> _What the exercise asks_:
Your answer must consist of exactly the lines below, starting with the line with "v -2849.415 -254 -242.096" and going on through the line with "v -2594.318 -254 -119.649", and nothing else.

Collected data:
********
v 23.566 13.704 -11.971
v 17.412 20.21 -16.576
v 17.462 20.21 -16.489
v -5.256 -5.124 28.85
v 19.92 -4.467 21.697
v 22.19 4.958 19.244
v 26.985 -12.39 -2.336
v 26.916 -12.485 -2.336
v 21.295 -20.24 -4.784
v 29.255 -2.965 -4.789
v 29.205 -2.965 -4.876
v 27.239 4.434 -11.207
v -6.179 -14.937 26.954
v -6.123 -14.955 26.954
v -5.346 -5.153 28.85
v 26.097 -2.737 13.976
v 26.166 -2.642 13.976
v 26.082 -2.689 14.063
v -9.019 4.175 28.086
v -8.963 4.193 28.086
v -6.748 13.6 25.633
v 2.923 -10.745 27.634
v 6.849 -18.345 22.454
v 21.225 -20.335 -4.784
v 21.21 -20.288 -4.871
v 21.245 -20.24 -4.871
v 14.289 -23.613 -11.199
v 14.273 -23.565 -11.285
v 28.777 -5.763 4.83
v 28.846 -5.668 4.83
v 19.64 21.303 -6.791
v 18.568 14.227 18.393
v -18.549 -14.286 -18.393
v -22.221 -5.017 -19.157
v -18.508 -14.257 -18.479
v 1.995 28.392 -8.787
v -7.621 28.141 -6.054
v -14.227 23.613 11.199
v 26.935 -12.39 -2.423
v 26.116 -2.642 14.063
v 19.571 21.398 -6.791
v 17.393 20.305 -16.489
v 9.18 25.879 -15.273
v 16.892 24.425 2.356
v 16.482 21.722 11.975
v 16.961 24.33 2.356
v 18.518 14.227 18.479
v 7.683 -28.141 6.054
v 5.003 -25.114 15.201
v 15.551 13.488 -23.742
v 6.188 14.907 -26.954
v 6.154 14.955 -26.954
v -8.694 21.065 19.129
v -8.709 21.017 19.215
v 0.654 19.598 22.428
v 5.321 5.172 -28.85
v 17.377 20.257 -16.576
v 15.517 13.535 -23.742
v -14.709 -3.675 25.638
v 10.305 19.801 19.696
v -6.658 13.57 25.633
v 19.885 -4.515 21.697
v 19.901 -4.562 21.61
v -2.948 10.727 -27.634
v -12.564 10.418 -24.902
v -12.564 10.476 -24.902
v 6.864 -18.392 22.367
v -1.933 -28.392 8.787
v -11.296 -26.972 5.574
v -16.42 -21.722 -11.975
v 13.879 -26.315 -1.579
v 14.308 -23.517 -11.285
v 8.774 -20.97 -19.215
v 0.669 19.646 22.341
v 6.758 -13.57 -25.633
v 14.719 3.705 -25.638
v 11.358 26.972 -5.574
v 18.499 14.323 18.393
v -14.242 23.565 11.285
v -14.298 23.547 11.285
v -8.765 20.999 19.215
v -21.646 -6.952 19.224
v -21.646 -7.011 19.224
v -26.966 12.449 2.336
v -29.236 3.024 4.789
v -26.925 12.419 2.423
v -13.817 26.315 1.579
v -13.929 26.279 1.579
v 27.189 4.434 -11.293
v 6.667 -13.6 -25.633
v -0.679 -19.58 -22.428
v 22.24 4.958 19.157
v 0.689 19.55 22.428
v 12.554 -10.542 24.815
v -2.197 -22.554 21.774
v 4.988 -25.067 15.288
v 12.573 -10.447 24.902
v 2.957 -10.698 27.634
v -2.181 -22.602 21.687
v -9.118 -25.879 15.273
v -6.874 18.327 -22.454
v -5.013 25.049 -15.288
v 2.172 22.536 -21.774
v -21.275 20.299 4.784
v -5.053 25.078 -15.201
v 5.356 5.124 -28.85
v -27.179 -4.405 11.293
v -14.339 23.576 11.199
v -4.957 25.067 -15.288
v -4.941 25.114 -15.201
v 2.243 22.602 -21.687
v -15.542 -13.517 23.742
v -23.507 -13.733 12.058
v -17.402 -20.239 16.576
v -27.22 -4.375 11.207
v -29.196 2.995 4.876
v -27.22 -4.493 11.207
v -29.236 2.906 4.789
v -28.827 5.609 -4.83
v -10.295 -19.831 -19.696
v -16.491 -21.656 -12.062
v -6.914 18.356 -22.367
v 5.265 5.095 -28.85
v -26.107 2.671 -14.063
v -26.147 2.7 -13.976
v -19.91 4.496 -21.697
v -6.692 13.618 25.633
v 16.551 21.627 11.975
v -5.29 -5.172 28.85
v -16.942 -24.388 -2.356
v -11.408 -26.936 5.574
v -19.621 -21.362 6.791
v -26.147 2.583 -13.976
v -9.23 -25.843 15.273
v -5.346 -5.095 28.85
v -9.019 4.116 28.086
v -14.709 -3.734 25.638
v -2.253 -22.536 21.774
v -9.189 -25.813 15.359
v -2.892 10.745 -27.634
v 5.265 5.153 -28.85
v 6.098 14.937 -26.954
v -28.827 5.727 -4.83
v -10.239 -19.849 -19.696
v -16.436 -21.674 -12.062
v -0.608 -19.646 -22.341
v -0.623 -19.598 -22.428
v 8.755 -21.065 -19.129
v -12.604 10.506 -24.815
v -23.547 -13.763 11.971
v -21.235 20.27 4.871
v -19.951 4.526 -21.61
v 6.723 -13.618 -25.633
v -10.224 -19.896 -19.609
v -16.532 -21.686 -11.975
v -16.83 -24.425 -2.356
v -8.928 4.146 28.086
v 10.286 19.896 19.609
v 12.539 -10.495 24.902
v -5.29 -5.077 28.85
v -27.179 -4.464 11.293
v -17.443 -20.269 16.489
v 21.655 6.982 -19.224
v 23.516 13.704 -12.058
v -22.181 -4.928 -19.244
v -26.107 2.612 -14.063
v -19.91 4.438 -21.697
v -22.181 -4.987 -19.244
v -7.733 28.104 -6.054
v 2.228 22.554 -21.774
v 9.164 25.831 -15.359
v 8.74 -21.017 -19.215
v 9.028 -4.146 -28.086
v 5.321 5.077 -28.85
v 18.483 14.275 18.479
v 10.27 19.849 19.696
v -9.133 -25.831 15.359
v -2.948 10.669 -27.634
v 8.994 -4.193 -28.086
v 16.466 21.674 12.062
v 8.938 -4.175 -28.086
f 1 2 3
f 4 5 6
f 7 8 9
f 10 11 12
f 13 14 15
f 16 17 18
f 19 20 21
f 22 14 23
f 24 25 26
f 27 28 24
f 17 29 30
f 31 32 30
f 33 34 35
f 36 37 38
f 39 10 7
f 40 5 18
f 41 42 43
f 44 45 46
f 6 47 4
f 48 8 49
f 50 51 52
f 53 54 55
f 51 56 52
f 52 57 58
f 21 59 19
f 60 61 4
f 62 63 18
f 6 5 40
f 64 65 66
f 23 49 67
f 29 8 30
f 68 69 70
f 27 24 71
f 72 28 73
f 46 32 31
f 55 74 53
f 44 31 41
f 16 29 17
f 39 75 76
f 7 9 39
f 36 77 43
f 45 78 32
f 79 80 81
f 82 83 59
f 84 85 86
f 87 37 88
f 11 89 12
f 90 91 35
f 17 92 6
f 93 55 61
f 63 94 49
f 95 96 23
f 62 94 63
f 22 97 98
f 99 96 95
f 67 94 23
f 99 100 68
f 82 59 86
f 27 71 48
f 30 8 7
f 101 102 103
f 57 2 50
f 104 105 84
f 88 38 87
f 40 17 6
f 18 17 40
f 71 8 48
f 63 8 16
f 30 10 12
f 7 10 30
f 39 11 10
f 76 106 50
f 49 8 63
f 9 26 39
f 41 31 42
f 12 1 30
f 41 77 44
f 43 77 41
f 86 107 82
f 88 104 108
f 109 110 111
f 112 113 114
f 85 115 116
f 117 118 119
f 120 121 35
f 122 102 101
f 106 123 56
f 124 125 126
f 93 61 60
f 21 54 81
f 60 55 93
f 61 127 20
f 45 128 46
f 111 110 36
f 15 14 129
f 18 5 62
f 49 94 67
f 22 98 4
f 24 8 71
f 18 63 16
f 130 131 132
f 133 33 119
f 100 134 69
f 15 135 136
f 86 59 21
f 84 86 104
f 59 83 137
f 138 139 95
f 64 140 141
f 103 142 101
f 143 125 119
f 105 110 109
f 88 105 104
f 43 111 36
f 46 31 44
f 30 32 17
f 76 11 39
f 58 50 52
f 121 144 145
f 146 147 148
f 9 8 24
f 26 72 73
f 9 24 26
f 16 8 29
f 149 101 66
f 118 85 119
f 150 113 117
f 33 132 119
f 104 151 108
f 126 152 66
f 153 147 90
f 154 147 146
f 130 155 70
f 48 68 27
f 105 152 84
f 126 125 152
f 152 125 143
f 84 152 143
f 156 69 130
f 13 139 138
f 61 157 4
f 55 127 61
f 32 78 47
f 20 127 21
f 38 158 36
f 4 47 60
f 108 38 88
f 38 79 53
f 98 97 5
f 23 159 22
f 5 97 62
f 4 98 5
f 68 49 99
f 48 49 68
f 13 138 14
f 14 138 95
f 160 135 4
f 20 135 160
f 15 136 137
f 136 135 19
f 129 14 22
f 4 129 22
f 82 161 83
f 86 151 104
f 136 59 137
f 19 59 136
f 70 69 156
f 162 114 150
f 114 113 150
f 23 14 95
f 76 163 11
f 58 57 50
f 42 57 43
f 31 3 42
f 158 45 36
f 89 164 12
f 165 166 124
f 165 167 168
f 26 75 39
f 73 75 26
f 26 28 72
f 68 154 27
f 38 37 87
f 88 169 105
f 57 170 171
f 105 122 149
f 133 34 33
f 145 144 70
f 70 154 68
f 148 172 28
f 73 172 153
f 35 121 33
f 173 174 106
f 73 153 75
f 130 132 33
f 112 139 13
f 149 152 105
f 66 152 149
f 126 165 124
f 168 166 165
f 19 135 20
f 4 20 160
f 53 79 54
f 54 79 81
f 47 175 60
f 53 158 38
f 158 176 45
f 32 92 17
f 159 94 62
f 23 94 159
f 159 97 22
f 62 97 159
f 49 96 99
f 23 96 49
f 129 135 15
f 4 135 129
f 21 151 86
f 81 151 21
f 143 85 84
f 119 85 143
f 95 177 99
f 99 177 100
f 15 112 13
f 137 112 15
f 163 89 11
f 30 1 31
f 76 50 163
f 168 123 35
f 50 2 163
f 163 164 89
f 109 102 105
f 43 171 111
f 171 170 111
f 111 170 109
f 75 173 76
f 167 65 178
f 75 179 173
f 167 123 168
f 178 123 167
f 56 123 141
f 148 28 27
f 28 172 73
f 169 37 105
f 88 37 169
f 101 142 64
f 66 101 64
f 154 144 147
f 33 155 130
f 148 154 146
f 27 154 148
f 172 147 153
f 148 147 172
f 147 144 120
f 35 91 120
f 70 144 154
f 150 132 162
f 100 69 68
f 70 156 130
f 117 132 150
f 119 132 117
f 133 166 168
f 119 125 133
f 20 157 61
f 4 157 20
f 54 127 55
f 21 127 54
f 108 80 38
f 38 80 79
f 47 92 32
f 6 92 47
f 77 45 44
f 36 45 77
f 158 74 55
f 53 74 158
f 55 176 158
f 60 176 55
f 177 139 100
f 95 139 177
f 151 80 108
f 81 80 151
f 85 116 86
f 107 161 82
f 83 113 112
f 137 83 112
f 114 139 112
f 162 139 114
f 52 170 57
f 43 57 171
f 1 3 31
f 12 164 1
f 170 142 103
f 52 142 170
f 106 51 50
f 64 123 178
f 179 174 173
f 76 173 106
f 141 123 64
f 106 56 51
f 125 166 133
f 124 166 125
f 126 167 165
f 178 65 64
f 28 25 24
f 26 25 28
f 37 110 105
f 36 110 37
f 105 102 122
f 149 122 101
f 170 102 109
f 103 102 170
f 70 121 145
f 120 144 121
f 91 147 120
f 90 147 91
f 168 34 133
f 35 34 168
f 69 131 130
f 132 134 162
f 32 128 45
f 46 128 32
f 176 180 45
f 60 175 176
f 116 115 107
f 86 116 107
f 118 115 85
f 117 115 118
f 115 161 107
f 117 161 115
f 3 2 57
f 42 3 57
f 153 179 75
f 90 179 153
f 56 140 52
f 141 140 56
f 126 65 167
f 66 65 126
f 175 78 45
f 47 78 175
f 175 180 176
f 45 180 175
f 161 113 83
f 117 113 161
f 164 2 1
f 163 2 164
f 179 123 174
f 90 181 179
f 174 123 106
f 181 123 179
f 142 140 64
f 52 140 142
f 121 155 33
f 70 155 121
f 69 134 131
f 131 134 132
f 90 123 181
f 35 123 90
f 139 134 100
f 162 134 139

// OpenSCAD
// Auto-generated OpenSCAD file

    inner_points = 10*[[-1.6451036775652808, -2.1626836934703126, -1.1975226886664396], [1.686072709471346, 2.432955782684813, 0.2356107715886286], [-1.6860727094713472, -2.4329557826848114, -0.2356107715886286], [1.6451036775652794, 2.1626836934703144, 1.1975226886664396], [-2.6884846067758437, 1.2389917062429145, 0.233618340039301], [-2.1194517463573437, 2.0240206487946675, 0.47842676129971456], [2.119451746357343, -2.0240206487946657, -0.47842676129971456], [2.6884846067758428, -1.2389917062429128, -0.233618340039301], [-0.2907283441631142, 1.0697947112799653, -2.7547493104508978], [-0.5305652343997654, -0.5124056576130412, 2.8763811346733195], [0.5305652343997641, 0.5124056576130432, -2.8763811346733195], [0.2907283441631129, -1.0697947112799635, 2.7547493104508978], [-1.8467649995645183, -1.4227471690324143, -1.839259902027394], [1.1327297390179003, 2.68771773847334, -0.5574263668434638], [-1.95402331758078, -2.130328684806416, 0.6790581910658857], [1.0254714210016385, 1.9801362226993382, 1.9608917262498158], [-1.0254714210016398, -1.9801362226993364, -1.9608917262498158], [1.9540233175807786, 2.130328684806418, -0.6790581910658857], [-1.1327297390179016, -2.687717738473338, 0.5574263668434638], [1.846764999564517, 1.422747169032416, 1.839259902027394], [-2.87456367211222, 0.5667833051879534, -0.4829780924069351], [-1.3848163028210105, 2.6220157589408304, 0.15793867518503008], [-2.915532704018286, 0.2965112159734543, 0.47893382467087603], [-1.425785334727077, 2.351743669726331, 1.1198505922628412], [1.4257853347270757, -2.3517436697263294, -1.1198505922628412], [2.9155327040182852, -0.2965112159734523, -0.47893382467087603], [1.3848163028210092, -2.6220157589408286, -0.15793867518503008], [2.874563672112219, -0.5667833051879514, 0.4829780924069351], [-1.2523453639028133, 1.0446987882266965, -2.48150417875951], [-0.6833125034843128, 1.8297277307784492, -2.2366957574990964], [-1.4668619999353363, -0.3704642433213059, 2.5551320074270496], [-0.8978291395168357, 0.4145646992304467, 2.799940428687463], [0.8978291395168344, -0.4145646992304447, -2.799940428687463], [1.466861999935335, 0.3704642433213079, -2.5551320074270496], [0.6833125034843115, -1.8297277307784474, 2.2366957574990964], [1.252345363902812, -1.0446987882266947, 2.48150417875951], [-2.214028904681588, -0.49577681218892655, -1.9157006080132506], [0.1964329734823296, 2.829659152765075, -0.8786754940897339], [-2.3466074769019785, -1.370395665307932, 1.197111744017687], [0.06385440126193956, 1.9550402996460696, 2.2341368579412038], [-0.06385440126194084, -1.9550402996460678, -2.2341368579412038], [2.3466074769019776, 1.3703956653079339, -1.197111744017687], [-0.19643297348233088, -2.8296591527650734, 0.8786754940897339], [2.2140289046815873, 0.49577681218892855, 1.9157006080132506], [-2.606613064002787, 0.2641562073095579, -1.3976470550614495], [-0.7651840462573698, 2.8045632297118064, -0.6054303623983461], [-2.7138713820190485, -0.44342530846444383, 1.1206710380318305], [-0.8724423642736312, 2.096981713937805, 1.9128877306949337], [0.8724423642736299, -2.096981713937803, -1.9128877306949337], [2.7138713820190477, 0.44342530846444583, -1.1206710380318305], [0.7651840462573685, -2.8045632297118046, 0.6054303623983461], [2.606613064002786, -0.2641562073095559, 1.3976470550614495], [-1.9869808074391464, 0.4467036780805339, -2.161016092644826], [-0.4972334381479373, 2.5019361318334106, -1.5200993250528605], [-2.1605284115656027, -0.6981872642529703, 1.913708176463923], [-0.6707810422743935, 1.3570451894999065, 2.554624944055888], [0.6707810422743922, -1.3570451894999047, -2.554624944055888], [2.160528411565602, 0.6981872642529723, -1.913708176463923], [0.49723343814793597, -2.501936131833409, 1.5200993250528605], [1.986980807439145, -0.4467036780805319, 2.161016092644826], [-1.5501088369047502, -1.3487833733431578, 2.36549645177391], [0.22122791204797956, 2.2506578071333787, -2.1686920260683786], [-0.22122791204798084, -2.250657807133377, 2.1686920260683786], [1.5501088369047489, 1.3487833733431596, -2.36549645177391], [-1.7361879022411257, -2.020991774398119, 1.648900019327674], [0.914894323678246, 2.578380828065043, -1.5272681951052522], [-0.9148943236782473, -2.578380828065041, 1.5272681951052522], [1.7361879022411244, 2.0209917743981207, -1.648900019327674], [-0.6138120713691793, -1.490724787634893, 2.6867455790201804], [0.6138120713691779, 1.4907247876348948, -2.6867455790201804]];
********
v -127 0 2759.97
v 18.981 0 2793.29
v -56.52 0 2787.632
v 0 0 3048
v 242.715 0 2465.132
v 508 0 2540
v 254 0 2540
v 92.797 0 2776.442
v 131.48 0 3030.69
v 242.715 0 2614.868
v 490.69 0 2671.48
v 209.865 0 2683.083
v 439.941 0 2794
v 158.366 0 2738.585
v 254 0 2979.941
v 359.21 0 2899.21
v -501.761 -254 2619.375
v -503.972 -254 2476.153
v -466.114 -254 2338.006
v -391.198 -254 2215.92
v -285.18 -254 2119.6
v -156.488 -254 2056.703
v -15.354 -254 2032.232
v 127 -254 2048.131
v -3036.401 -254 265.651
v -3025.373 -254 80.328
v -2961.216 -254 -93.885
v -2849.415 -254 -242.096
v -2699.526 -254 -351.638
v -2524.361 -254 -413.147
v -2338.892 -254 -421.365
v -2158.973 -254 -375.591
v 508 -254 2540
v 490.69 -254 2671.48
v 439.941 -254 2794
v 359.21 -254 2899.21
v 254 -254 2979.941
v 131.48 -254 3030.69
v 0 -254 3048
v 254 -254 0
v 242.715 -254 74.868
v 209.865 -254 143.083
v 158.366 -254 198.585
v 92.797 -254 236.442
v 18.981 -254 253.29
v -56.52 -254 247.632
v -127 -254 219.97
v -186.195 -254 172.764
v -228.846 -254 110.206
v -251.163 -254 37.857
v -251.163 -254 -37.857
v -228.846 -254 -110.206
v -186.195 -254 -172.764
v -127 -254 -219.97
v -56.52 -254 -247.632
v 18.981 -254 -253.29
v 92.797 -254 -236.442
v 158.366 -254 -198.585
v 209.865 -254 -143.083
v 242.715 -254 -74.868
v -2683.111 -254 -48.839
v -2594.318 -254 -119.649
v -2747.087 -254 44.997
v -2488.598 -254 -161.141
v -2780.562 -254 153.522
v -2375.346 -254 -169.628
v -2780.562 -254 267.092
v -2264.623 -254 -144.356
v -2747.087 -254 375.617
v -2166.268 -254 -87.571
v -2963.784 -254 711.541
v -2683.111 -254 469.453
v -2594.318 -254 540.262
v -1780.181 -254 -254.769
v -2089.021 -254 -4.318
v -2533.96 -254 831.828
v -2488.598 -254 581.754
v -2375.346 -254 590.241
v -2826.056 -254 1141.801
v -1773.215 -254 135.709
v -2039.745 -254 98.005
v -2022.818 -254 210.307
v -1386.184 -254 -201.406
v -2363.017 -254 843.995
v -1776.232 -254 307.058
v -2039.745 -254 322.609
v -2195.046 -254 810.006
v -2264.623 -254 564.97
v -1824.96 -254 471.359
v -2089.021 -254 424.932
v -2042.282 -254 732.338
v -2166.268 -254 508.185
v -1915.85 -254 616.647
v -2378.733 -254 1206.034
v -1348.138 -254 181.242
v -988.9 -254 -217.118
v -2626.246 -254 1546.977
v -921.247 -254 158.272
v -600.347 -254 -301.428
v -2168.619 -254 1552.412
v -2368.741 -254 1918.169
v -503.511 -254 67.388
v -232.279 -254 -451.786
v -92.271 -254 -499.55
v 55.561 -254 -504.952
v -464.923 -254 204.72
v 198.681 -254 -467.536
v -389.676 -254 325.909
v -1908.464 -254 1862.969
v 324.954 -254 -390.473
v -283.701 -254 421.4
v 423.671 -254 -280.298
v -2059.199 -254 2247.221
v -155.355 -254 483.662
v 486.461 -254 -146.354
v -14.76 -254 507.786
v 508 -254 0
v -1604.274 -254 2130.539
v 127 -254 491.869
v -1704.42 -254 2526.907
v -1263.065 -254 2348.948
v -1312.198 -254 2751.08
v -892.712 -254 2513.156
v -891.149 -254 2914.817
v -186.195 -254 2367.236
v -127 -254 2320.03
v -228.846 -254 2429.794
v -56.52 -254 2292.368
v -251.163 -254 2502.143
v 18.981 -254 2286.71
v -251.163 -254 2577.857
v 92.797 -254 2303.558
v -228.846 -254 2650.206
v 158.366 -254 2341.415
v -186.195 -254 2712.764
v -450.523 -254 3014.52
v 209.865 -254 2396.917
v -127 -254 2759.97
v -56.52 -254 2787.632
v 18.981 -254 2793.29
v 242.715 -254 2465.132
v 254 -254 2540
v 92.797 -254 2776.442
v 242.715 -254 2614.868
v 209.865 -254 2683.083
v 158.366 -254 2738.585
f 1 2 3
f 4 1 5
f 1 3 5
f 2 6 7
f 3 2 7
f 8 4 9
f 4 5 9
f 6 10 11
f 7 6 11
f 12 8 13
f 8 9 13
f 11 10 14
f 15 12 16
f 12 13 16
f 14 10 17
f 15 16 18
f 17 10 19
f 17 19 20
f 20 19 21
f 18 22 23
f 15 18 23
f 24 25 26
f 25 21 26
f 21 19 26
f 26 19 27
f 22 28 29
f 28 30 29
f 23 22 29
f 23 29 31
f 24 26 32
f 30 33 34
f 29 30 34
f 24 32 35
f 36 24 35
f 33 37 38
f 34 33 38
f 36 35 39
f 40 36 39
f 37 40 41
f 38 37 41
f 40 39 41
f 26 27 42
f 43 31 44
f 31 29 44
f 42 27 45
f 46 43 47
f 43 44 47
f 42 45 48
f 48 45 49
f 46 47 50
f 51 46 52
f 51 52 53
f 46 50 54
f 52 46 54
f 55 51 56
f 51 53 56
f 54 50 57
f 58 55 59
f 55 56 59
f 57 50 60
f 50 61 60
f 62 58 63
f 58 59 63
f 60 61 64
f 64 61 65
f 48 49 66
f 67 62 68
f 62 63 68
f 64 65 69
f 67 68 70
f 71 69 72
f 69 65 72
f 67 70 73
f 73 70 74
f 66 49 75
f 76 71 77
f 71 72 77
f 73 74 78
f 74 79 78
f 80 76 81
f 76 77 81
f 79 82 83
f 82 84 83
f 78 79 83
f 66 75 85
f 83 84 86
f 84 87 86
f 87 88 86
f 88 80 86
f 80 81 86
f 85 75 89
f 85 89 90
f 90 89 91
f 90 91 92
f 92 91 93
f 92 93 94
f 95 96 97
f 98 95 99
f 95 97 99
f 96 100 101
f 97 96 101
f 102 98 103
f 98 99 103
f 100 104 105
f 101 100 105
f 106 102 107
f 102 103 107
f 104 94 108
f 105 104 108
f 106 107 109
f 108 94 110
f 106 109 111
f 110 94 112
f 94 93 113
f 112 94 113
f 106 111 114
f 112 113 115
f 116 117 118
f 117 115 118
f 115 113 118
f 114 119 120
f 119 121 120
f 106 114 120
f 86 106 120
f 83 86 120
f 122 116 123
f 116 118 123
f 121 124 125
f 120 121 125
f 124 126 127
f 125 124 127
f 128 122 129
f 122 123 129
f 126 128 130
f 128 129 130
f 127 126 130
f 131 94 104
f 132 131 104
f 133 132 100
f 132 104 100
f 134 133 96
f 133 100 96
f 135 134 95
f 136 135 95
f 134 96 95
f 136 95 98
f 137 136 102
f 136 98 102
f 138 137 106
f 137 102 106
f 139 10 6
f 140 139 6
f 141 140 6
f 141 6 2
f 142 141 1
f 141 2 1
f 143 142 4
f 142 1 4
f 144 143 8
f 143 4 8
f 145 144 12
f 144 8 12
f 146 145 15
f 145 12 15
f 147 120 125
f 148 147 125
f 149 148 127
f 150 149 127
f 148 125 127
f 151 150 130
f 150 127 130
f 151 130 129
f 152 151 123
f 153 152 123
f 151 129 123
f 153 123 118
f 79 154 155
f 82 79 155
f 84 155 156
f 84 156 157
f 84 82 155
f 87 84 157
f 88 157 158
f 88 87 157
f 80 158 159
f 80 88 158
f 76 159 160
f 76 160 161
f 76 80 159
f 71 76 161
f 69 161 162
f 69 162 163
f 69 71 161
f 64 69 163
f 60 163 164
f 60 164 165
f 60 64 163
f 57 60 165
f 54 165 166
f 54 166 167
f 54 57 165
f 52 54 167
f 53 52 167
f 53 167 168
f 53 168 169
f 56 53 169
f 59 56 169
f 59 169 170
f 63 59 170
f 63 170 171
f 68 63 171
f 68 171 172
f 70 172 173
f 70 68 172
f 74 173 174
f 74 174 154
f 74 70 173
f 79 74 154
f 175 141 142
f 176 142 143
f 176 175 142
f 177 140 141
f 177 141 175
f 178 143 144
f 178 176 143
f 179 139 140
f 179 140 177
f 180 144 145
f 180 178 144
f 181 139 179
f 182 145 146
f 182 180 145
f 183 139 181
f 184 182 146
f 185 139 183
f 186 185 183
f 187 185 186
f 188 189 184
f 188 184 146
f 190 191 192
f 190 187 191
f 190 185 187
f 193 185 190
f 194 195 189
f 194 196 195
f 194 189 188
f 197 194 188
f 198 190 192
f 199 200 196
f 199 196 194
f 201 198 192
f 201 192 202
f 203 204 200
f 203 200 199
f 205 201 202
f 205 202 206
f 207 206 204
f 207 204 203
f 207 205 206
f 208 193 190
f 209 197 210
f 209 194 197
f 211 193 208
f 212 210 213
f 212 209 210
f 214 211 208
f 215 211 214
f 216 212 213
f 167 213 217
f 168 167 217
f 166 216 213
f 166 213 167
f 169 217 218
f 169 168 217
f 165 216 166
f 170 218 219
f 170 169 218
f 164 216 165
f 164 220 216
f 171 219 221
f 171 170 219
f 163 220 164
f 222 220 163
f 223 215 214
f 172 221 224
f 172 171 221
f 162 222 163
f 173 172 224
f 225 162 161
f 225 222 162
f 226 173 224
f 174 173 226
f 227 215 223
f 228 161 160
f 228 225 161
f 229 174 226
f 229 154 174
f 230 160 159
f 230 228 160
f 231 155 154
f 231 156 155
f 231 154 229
********
> _Completed exercise_:
v -2849.415 -254 -242.096
v -2699.526 -254 -351.638
v -2524.361 -254 -413.147
v -2338.892 -254 -421.365
v -2158.973 -254 -375.591
v 508 -254 2540
v 490.69 -254 2671.48
v 439.941 -254 2794
v 359.21 -254 2899.21
v 254 -254 2979.941
v 131.48 -254 3030.69
v 0 -254 3048
v 254 -254 0
v 242.715 -254 74.868
v 209.865 -254 143.083
v 158.366 -254 198.585
v 92.797 -254 236.442
v 18.981 -254 253.29
v -56.52 -254 247.632
v -127 -254 219.97
v -186.195 -254 172.764
v -228.846 -254 110.206
v -251.163 -254 37.857
v -251.163 -254 -37.857
v -228.846 -254 -110.206
v -186.195 -254 -172.764
v -127 -254 -219.97
v -56.52 -254 -247.632
v 18.981 -254 -253.29
v 92.797 -254 -236.442
v 158.366 -254 -198.585
v 209.865 -254 -143.083
v 242.715 -254 -74.868
v -2683.111 -254 -48.839
v -2594.318 -254 -119.649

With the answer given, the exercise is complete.